From the entries that follow, report every line in which "extrude" occurs.
DATA PROVIDED START
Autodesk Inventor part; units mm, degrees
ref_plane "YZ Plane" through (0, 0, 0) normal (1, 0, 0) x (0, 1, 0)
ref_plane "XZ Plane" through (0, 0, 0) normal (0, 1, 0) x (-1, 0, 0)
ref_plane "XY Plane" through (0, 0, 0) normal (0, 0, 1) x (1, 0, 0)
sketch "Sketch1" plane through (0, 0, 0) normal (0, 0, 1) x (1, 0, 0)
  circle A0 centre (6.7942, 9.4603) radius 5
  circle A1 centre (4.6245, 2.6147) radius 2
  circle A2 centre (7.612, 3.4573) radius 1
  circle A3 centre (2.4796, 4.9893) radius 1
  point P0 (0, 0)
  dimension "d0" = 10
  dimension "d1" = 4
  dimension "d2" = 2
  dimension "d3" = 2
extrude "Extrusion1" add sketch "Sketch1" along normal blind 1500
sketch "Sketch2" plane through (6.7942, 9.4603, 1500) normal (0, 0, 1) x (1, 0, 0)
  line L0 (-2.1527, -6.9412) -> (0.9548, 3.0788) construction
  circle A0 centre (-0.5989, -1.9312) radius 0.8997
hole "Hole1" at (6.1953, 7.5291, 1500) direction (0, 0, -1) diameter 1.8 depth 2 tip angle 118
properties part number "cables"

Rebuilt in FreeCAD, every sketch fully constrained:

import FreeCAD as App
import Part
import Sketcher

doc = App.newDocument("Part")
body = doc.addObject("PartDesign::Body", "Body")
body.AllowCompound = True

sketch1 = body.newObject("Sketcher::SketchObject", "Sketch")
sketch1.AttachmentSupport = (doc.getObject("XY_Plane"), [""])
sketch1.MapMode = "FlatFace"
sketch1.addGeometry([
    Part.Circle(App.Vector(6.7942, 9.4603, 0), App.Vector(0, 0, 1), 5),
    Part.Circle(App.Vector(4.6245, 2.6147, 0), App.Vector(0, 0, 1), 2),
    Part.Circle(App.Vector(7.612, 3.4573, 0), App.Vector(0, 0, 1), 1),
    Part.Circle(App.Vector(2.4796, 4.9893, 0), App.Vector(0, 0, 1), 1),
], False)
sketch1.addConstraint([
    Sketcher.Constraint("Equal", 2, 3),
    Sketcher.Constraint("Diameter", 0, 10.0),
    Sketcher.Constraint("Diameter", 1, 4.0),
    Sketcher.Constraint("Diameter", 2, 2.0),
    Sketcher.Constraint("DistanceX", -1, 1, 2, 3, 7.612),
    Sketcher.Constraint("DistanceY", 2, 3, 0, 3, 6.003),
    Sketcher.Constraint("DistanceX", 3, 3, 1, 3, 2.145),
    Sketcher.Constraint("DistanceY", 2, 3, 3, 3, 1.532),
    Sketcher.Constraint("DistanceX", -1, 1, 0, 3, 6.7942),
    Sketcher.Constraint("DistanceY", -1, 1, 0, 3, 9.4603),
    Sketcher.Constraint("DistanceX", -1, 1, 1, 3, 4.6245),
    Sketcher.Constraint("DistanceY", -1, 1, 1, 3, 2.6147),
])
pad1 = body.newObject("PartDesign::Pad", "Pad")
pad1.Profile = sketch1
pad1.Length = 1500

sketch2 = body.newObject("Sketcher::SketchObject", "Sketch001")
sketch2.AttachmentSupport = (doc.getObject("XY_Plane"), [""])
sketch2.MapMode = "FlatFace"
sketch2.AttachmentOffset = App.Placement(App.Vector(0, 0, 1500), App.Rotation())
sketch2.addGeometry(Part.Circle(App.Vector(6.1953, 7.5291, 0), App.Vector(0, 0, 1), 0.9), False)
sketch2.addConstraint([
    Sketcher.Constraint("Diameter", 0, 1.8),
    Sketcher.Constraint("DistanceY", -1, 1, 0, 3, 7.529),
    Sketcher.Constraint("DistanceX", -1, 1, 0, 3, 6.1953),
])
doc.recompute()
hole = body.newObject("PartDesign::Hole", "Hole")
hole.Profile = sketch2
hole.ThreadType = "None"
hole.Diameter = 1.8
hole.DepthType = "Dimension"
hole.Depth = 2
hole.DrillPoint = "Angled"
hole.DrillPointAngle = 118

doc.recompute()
DATA PROVIDED END
DATA PROVIDED START
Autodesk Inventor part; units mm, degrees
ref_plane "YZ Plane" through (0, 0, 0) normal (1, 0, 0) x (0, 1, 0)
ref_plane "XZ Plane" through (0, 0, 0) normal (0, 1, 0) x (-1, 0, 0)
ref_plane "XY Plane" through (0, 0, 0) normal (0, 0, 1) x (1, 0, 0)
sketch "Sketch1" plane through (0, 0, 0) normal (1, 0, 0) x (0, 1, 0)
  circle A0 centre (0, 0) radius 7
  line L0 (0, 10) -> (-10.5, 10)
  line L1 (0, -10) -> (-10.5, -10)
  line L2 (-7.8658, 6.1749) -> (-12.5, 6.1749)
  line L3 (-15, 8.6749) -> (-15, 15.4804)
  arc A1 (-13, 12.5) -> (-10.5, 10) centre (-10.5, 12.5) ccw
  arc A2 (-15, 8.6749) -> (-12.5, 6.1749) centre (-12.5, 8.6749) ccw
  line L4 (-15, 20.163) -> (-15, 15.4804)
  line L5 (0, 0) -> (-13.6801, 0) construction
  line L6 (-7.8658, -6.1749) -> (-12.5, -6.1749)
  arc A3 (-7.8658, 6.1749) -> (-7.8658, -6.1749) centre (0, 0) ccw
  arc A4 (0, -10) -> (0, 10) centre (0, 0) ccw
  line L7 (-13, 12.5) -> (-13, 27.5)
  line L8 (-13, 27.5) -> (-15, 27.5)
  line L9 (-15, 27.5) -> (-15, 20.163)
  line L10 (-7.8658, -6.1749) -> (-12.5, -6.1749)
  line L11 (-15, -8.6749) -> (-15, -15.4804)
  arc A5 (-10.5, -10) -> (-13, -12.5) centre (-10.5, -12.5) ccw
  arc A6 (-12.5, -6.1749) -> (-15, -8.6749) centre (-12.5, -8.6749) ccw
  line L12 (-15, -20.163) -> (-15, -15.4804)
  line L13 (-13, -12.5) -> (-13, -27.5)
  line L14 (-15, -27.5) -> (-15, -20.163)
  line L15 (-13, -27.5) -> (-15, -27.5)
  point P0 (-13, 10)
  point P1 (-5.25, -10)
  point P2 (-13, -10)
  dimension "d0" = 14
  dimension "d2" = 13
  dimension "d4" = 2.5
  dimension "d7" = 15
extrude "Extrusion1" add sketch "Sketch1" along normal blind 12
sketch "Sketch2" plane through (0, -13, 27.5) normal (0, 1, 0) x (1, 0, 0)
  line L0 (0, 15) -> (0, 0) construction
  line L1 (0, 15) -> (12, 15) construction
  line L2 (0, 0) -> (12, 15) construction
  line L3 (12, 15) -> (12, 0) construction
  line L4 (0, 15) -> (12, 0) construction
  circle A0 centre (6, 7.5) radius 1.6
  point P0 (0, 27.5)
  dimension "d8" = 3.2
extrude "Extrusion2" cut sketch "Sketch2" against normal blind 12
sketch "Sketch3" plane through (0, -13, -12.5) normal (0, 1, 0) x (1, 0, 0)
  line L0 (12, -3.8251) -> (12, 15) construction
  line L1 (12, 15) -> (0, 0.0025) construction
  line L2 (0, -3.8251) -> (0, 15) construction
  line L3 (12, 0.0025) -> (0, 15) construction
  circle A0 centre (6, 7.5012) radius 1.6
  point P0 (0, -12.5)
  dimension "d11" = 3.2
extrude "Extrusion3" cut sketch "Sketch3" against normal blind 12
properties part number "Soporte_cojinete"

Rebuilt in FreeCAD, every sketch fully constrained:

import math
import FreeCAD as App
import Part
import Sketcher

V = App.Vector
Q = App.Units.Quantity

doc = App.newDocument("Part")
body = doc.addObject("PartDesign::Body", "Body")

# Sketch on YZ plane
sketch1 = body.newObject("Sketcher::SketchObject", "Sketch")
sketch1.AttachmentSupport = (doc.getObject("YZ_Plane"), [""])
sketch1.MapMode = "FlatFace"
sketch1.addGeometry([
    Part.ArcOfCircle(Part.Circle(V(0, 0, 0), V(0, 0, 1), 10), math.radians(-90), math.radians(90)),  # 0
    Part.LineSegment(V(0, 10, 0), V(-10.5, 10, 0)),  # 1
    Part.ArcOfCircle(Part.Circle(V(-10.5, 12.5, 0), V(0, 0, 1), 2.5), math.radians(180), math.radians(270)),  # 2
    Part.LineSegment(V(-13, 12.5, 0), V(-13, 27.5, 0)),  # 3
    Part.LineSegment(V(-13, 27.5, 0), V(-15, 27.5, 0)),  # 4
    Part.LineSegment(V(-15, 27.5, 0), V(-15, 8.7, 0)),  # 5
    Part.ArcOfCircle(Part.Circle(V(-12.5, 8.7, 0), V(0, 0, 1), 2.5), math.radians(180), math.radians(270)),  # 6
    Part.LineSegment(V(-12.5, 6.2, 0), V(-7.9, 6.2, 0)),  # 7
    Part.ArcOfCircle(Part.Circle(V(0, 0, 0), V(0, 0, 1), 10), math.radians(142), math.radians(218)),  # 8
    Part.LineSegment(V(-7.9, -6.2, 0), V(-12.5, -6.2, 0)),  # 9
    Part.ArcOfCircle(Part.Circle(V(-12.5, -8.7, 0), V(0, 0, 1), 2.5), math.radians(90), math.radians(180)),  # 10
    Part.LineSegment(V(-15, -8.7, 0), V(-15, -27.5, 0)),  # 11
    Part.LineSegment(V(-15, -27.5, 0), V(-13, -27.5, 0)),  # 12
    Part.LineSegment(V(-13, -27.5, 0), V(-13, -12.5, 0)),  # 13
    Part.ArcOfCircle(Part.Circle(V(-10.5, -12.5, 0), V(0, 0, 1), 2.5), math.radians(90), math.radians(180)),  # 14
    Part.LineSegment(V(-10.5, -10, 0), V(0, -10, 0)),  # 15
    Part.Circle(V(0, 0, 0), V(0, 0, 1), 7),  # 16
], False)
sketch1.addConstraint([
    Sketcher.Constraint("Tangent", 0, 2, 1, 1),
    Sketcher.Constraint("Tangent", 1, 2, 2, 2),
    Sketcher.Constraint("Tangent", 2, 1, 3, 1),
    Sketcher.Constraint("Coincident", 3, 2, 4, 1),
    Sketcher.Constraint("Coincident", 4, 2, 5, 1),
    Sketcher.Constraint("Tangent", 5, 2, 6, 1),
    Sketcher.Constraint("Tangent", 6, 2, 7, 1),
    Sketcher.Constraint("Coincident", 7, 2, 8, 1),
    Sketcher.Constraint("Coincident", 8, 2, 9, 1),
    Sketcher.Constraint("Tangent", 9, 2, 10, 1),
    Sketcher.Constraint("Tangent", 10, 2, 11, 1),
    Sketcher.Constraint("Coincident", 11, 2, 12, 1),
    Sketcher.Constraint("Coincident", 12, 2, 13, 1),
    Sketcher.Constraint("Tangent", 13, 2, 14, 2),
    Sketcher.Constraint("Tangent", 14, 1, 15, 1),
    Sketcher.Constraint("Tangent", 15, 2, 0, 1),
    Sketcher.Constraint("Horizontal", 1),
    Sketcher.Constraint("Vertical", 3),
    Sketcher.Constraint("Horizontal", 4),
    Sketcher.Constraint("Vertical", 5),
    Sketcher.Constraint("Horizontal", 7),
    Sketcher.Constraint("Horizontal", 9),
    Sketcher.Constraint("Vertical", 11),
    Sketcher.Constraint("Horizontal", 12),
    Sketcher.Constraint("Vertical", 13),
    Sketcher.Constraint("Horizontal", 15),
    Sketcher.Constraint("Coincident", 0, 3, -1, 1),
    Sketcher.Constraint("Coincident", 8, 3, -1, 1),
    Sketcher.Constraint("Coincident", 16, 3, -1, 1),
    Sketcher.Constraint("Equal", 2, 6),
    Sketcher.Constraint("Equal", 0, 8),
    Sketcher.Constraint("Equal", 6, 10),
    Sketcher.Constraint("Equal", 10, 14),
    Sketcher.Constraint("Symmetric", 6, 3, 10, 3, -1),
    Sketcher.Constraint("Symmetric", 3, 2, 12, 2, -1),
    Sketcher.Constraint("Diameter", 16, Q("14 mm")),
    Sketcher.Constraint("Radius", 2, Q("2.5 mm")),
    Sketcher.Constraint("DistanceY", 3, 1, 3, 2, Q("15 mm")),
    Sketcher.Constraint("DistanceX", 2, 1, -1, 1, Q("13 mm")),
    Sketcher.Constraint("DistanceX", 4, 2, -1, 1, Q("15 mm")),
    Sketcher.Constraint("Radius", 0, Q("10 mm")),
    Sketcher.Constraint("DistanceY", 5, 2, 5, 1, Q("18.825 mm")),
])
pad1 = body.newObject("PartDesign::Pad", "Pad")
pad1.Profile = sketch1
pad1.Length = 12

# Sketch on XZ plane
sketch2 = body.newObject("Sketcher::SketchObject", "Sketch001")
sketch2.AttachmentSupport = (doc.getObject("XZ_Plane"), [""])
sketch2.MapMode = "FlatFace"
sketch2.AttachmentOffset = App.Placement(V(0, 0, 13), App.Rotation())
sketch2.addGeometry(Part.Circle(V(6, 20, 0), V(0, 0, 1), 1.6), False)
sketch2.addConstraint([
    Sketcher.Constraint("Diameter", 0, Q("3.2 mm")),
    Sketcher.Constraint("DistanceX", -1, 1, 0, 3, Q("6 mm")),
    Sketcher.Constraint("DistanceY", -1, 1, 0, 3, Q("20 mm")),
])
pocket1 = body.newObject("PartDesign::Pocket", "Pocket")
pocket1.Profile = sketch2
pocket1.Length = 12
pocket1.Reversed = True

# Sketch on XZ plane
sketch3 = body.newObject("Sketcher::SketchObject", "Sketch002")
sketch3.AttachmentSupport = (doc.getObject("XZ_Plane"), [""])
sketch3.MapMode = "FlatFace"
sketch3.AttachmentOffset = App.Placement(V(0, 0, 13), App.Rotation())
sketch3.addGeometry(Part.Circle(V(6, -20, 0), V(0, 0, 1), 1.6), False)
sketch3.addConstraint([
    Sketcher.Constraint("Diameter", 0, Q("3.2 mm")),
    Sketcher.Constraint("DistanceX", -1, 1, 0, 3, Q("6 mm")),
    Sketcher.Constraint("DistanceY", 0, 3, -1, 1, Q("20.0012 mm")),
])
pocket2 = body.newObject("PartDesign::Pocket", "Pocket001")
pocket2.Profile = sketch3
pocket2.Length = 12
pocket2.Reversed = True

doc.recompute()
DATA PROVIDED END
◆ TASK SOLUTION
extrude "Extrusion1" add sketch "Sketch1" along normal blind 1500
extrude "Extrusion1" add sketch "Sketch1" along normal blind 12
extrude "Extrusion2" cut sketch "Sketch2" against normal blind 12
extrude "Extrusion3" cut sketch "Sketch3" against normal blind 12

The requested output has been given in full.